17 of 19 people found the following review helpful:
5.0 out of 5 stars
a fresh take on Roman mysteries,
By A Customer
This review is from: All Roads Lead to Murder: A Case From the Notebooks of Pliny the Younger (Hardcover)
The field of mysteries set in ancient Rome is a bit crowded, with Davis, Saylor, and Roberts, but this new entry deserves to take its place at the head of the line. It features an historical character, Pliny the Younger, with his friend the historian Tacitus playing the Dr. Watson role. While traveling back to Rome in a caravan in 83 AD, they stop overnight in Smyrna. The next morning they discover that a member of the caravan has been brutally murdered. Suspects abound: a gambler who was in debt to the victim, a group of women who may be involved in occult practices, an abused slave, and several others. With no Roman magistrates on the scene, Pliny takes charge of the investigation. He soon realizes that the case is more complicated than at first appears. He must find the killer because he himself may have been the intended victim. First rate!
23 of 27 people found the following review helpful:
5.0 out of 5 stars
P:liny the Younger and Tacitus as Sleuths? You bet,
By A Customer
This review is from: All Roads Lead to Murder: A Case From the Notebooks of Pliny the Younger (Hardcover)

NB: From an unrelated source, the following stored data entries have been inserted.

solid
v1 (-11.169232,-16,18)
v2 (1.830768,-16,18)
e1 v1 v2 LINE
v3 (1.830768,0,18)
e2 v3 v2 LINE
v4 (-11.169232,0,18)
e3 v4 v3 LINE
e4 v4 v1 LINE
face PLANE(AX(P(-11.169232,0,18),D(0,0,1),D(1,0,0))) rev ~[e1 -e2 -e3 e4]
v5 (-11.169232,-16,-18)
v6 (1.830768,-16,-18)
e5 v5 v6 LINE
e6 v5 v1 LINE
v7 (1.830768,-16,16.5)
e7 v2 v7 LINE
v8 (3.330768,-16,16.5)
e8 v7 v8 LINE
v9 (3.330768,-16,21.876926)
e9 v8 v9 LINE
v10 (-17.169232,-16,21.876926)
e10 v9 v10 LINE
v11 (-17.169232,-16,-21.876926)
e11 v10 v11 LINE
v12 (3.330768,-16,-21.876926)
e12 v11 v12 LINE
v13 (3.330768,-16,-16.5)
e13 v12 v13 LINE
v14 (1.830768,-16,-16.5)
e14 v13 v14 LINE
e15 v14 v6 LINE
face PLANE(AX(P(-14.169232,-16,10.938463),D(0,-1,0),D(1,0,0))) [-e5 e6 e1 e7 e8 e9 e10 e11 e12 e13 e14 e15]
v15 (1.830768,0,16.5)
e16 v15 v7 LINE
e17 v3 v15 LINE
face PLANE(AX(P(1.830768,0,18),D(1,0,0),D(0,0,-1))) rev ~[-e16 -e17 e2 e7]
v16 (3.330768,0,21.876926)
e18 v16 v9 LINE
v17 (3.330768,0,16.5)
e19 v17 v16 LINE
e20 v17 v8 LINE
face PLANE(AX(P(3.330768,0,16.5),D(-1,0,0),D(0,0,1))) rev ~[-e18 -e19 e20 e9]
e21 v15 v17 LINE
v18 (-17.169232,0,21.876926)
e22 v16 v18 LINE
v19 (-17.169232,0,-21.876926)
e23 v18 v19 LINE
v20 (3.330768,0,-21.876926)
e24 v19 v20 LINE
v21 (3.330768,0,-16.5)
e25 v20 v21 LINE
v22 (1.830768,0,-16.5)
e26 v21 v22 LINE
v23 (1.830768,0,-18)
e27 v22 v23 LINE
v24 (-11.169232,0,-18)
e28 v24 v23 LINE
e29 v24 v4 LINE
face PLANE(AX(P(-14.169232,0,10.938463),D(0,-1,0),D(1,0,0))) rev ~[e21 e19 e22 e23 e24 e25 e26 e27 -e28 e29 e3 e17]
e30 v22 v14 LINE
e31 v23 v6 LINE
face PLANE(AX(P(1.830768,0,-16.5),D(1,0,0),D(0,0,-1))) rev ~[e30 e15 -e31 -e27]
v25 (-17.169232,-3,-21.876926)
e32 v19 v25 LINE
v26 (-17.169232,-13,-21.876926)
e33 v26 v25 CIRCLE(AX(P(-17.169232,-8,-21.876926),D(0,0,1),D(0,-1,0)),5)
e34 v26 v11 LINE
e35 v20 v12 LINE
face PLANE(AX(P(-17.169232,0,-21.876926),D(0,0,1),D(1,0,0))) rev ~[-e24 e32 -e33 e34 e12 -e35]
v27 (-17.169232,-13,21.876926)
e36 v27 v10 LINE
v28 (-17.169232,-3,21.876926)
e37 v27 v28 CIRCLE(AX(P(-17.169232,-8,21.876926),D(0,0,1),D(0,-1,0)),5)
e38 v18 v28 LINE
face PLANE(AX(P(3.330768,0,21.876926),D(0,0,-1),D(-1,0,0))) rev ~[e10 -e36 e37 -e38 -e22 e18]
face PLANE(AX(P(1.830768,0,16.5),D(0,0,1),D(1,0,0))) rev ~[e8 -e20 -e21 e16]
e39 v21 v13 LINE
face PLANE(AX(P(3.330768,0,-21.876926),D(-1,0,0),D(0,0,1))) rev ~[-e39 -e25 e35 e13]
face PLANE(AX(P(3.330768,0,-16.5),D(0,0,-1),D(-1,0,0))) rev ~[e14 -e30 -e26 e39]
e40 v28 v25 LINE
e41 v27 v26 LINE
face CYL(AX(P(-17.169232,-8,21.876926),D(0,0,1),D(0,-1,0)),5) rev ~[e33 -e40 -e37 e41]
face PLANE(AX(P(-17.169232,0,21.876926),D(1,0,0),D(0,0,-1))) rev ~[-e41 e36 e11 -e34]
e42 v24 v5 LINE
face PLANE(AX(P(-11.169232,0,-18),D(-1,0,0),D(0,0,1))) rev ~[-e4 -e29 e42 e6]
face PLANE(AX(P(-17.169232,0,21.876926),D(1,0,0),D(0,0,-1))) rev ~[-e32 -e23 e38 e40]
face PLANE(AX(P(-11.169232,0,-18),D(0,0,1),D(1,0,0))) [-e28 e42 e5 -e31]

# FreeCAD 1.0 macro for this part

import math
import FreeCAD as App
import Part
import Sketcher

V = App.Vector
Q = App.Units.Quantity


def add_polygon(sketch, points):
    """Adds a closed chain of lines whose ends are joined by coincident constraints."""
    first, n = sketch.GeometryCount, len(points)
    for a, b in zip(points, points[1:] + points[:1]):
        sketch.addGeometry(Part.LineSegment(App.Vector(*a, 0), App.Vector(*b, 0)), False)
    for i in range(n):
        sketch.addConstraint(Sketcher.Constraint("Coincident", first + i, 2, first + (i + 1) % n, 1))

doc = App.newDocument("Part")
body = doc.addObject("PartDesign::Body", "Body")

# Sketch on XZ plane
sketch1 = body.newObject("Sketcher::SketchObject", "Sketch")
sketch1.AttachmentSupport = (doc.getObject("XZ_Plane"), [""])
sketch1.MapMode = "FlatFace"
add_polygon(sketch1, [(-17.2, 21.9), (-17.2, -21.9), (3.3, -21.9), (3.3, -16.5), (1.8, -16.5), (1.8, -18), (-11.2, -18), (-11.2, 18), (1.8, 18), (1.8, 16.5), (3.3, 16.5), (3.3, 21.9)])  # lines 0-11
sketch1.addConstraint([
    Sketcher.Constraint("Vertical", 0),
    Sketcher.Constraint("Horizontal", 1),
    Sketcher.Constraint("Vertical", 2),
    Sketcher.Constraint("Horizontal", 3),
    Sketcher.Constraint("Vertical", 4),
    Sketcher.Constraint("Horizontal", 5),
    Sketcher.Constraint("Vertical", 6),
    Sketcher.Constraint("Horizontal", 7),
    Sketcher.Constraint("Vertical", 8),
    Sketcher.Constraint("Horizontal", 9),
    Sketcher.Constraint("Vertical", 10),
    Sketcher.Constraint("Horizontal", 11),
    Sketcher.Constraint("Symmetric", 4, 2, 7, 2, -1),
    Sketcher.Constraint("Symmetric", 2, 2, 9, 2, -1),
    Sketcher.Constraint("Equal", 9, 4),
    Sketcher.Constraint("Equal", 2, 10),
    Sketcher.Constraint("DistanceX", 5, 2, 5, 1, Q("13 mm")),
    Sketcher.Constraint("DistanceY", 6, 1, 6, 2, Q("36 mm")),
    Sketcher.Constraint("DistanceX", 1, 1, 1, 2, Q("20.5 mm")),
    Sketcher.Constraint("DistanceX", 3, 2, 3, 1, Q("1.5 mm")),
    Sketcher.Constraint("DistanceY", 0, 2, 0, 1, Q("43.753852 mm")),
    Sketcher.Constraint("DistanceX", -1, 1, 1, 2, Q("3.330768 mm")),
])
pad1 = body.newObject("PartDesign::Pad", "Pad")
pad1.Profile = sketch1
pad1.Length = 16

# Sketch on XY plane
sketch2 = body.newObject("Sketcher::SketchObject", "Sketch001")
sketch2.AttachmentSupport = (doc.getObject("XY_Plane"), [""])
sketch2.MapMode = "FlatFace"
sketch2.AttachmentOffset = App.Placement(V(0, 0, 21.876926), App.Rotation())
sketch2.addGeometry([
    Part.ArcOfCircle(Part.Circle(V(-17, -8, 0), V(0, 0, 1), 5), math.radians(-90), math.radians(90)),
    Part.LineSegment(V(-17, -3, 0), V(-17, -13, 0)),
], False)
sketch2.addConstraint([
    Sketcher.Constraint("Coincident", 0, 1, 1, 2),
    Sketcher.Constraint("Coincident", 1, 1, 0, 2),
    Sketcher.Constraint("Vertical", 1),
    Sketcher.Constraint("Radius", 0, Q("5 mm")),
    Sketcher.Constraint("DistanceY", 0, 3, -1, 1, Q("8 mm")),
    Sketcher.Constraint("DistanceX", 0, 3, -1, 1, Q("17.169232 mm")),
    Sketcher.Constraint("DistanceX", 0, 1, -1, 1, Q("17.169232 mm")),
])
pocket1 = body.newObject("PartDesign::Pocket", "Pocket")
pocket1.Profile = sketch2
pocket1.Length = 100

doc.recompute()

High Country Publishers has won another great author from the larger publishing houses. Albert Bell asked an Internet mystery-discussion board for the name of a publisher for his sixth book, a historical mystery set in the Roman Empire of the first century CE [although the tone of this book begs the more traditional AD]. Bell found HCP's Senior Editor, a Roman history buff, and HCP is bringing out ALL ROADS next year.Bell, an internationally published biblical scholar, writes historical mystery fiction for fun. His present book is more than fun. Our sleuth is the Roman epistolist and administrator Pliny the Younger, backed up by Tacitus the historian, both at the beginnings of their careers, on the road home from their first political posts. For safety, Pliny and Tacitus join a larger group of travelers, who, it turns out, have come together not entirely by coincidence. Cornutus, traveling with a crowd of domestic help, catches our attention immediately by threatening to strike a clumsy slave. Nobody would notice if Chryseis weren't young, beautiful and blonde. When Cornutus is found dead in his bed in a Smyrna inn, with the heart cut out of his chest, everyone's mind goes back to that incident on the road. Bell treats us to a complex confection of intrigue served up with blood-red herrings and social questions, in an authentic ambiance of Roman imperial politics. Modern sensibilities are catered to by young Pliny's doubts about the ethics of public executions and slave ownership--doubts that the historcial Pliny expresses in his oeuvre--set against the fact that in his time, no major culture in the world had yet questioned either institution seriously. For this purpose, Bell includes a pair of Christians among the travellers, a Christian household where Chryseis finds a hiding place, and a mass execution scene in Smyrna's amphitheater. Bell's success with this story comes partly from knowledge of his topic, and partly from storytelling choices and engaging characters.